(Data shown Opens)

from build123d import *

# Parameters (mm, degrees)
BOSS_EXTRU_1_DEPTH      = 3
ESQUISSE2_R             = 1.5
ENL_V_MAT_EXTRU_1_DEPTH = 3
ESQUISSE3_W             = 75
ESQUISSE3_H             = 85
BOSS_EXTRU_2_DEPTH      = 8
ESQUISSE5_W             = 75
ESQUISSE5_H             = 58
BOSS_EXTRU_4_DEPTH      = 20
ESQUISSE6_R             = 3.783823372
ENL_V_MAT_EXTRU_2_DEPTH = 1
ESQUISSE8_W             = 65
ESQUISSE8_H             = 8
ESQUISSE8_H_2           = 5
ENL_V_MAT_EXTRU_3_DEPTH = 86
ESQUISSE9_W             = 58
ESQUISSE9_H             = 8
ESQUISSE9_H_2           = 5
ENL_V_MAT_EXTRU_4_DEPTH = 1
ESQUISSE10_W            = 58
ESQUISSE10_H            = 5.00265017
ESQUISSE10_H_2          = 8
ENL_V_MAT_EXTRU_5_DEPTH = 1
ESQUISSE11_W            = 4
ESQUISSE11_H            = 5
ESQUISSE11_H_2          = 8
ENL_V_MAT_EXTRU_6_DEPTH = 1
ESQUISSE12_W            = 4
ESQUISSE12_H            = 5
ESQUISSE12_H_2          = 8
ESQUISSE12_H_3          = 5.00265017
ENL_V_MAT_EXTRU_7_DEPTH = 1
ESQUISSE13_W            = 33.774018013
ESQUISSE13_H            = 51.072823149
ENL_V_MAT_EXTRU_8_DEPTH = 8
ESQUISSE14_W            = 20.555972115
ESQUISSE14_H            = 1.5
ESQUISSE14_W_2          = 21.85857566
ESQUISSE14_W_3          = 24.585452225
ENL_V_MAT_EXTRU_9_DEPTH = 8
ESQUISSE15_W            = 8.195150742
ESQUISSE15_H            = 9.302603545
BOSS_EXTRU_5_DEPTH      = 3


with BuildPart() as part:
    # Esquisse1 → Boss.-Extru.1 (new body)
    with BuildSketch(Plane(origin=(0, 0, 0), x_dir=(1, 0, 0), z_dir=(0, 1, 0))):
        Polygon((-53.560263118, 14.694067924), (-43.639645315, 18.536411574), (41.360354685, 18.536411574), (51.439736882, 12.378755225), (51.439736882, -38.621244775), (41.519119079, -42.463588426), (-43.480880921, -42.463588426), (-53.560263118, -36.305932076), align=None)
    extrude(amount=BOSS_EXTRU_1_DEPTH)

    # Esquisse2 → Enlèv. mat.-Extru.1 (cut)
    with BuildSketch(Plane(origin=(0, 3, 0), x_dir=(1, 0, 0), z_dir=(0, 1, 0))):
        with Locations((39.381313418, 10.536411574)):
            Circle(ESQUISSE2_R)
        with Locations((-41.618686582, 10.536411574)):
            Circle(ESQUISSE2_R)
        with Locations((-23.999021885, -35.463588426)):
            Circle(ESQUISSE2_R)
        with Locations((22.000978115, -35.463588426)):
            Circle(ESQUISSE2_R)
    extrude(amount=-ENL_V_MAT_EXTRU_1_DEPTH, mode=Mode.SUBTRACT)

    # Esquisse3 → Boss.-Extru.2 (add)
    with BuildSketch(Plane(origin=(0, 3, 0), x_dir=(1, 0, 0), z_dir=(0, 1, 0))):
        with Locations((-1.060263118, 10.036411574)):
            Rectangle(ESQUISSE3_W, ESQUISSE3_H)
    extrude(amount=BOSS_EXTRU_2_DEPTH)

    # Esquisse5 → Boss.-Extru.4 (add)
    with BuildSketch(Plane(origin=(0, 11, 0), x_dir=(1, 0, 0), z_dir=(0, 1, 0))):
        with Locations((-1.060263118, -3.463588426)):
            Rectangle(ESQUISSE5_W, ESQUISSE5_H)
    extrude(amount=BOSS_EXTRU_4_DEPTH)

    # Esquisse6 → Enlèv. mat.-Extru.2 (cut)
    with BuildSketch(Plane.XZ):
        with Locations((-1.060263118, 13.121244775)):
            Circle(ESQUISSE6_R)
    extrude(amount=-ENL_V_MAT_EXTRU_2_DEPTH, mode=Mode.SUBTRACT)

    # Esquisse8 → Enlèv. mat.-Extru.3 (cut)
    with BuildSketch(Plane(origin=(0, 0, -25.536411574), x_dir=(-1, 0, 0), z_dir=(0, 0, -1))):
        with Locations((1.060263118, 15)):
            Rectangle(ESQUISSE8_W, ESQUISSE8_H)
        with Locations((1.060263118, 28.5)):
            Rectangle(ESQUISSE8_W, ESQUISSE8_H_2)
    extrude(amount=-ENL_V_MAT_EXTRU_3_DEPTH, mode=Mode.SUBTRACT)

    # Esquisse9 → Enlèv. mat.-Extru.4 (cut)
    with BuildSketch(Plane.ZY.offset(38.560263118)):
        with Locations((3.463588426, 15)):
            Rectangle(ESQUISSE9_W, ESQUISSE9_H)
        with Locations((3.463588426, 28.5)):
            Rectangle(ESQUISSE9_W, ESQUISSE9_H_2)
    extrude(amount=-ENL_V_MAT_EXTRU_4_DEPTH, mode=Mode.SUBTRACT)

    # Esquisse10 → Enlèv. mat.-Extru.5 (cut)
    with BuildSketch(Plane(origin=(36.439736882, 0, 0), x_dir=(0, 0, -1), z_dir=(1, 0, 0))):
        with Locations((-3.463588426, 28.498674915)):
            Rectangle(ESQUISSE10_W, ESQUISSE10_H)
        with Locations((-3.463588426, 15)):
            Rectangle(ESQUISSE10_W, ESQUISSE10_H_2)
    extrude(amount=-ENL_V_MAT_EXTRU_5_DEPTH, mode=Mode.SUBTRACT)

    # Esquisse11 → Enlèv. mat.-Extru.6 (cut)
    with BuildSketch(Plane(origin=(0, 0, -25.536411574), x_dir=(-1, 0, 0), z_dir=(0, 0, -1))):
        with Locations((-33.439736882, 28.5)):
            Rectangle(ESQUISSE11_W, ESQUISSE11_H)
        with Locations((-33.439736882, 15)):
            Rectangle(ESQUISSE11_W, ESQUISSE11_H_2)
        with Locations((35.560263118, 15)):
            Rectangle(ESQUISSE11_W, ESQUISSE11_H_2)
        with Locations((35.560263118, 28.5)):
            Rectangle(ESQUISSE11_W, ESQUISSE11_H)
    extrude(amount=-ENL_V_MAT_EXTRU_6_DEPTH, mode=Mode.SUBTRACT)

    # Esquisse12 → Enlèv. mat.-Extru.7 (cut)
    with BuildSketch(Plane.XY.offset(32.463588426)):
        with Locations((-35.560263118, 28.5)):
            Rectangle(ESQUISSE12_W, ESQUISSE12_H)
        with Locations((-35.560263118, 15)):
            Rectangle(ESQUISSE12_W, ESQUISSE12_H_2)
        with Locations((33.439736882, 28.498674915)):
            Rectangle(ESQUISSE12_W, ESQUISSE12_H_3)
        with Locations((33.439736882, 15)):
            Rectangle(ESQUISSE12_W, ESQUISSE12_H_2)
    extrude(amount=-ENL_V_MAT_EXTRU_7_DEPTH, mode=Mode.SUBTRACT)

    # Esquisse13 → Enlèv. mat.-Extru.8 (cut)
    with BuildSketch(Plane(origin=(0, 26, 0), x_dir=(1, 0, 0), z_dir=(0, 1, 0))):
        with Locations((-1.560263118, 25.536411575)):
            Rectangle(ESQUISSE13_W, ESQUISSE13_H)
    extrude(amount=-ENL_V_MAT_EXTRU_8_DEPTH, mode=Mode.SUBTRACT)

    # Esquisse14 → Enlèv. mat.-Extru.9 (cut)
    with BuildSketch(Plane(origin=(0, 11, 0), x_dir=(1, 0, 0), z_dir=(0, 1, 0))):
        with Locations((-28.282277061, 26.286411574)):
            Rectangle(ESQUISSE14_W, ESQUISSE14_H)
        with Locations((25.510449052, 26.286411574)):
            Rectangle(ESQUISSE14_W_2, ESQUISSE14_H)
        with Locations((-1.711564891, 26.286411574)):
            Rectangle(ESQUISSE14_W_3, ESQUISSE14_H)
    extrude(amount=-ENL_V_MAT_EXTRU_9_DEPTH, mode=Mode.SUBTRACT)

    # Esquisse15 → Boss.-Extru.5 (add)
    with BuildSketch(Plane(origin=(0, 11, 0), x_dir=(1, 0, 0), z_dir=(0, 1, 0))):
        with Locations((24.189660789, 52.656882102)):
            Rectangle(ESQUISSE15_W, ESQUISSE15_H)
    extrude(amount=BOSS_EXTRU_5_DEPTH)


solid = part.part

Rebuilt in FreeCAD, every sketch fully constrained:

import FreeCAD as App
import Part
import Sketcher

V = App.Vector
Q = App.Units.Quantity


def add_polygon(sketch, points):
    """Adds a closed chain of lines whose ends are joined by coincident constraints."""
    first, n = sketch.GeometryCount, len(points)
    for a, b in zip(points, points[1:] + points[:1]):
        sketch.addGeometry(Part.LineSegment(App.Vector(*a, 0), App.Vector(*b, 0)), False)
    for i in range(n):
        sketch.addConstraint(Sketcher.Constraint("Coincident", first + i, 2, first + (i + 1) % n, 1))

doc = App.newDocument("Part")
params = doc.addObject("Spreadsheet::Sheet", "Params")
for row, (alias, value) in enumerate([
    ("sketch1_width", "85 mm"),
    ("sketch1_height", "51 mm"),
    ("pad1_length", "3 mm"),
    ("sketch2_diameter", "3 mm"),
    ("pocket1_length", "3 mm"),
    ("sketch3_width", "75 mm"),
    ("sketch3_height", "85 mm"),
    ("pad2_length", "8 mm"),
    ("sketch4_width", "75 mm"),
    ("sketch4_height", "58 mm"),
    ("pad3_length", "20 mm"),
    ("pocket2_length", "1 mm"),
    ("sketch6_width", "65 mm"),
    ("sketch6_height", "8 mm"),
    ("sketch6_height2", "5 mm"),
    ("pocket3_length", "86 mm"),
    ("sketch7_width", "8 mm"),
    ("sketch7_width2", "5 mm"),
    ("sketch7_height", "58 mm"),
    ("pocket4_length", "1 mm"),
    ("sketch8_width", "8 mm"),
    ("sketch8_height", "58 mm"),
    ("pocket5_length", "1 mm"),
    ("sketch9_width", "4 mm"),
    ("sketch9_height", "5 mm"),
    ("sketch9_height2", "8 mm"),
    ("pocket6_length", "1 mm"),
    ("sketch10_width", "4 mm"),
    ("sketch10_height", "5 mm"),
    ("sketch10_height2", "8 mm"),
    ("pocket7_length", "1 mm"),
    ("pocket8_length", "8 mm"),
    ("sketch12_height", "1.5 mm"),
    ("pocket9_length", "8 mm"),
    ("pad4_length", "3 mm"),
], start=1):
    params.set(f"A{row}", alias)
    params.set(f"B{row}", "=" + value)
    params.setAlias(f"B{row}", alias)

(Data shown Closes)

| Required action |
The answer must consist of each line in the entries above that includes "offset".

| Result |
    with BuildSketch(Plane.ZY.offset(38.560263118)):
    with BuildSketch(Plane.XY.offset(32.463588426)):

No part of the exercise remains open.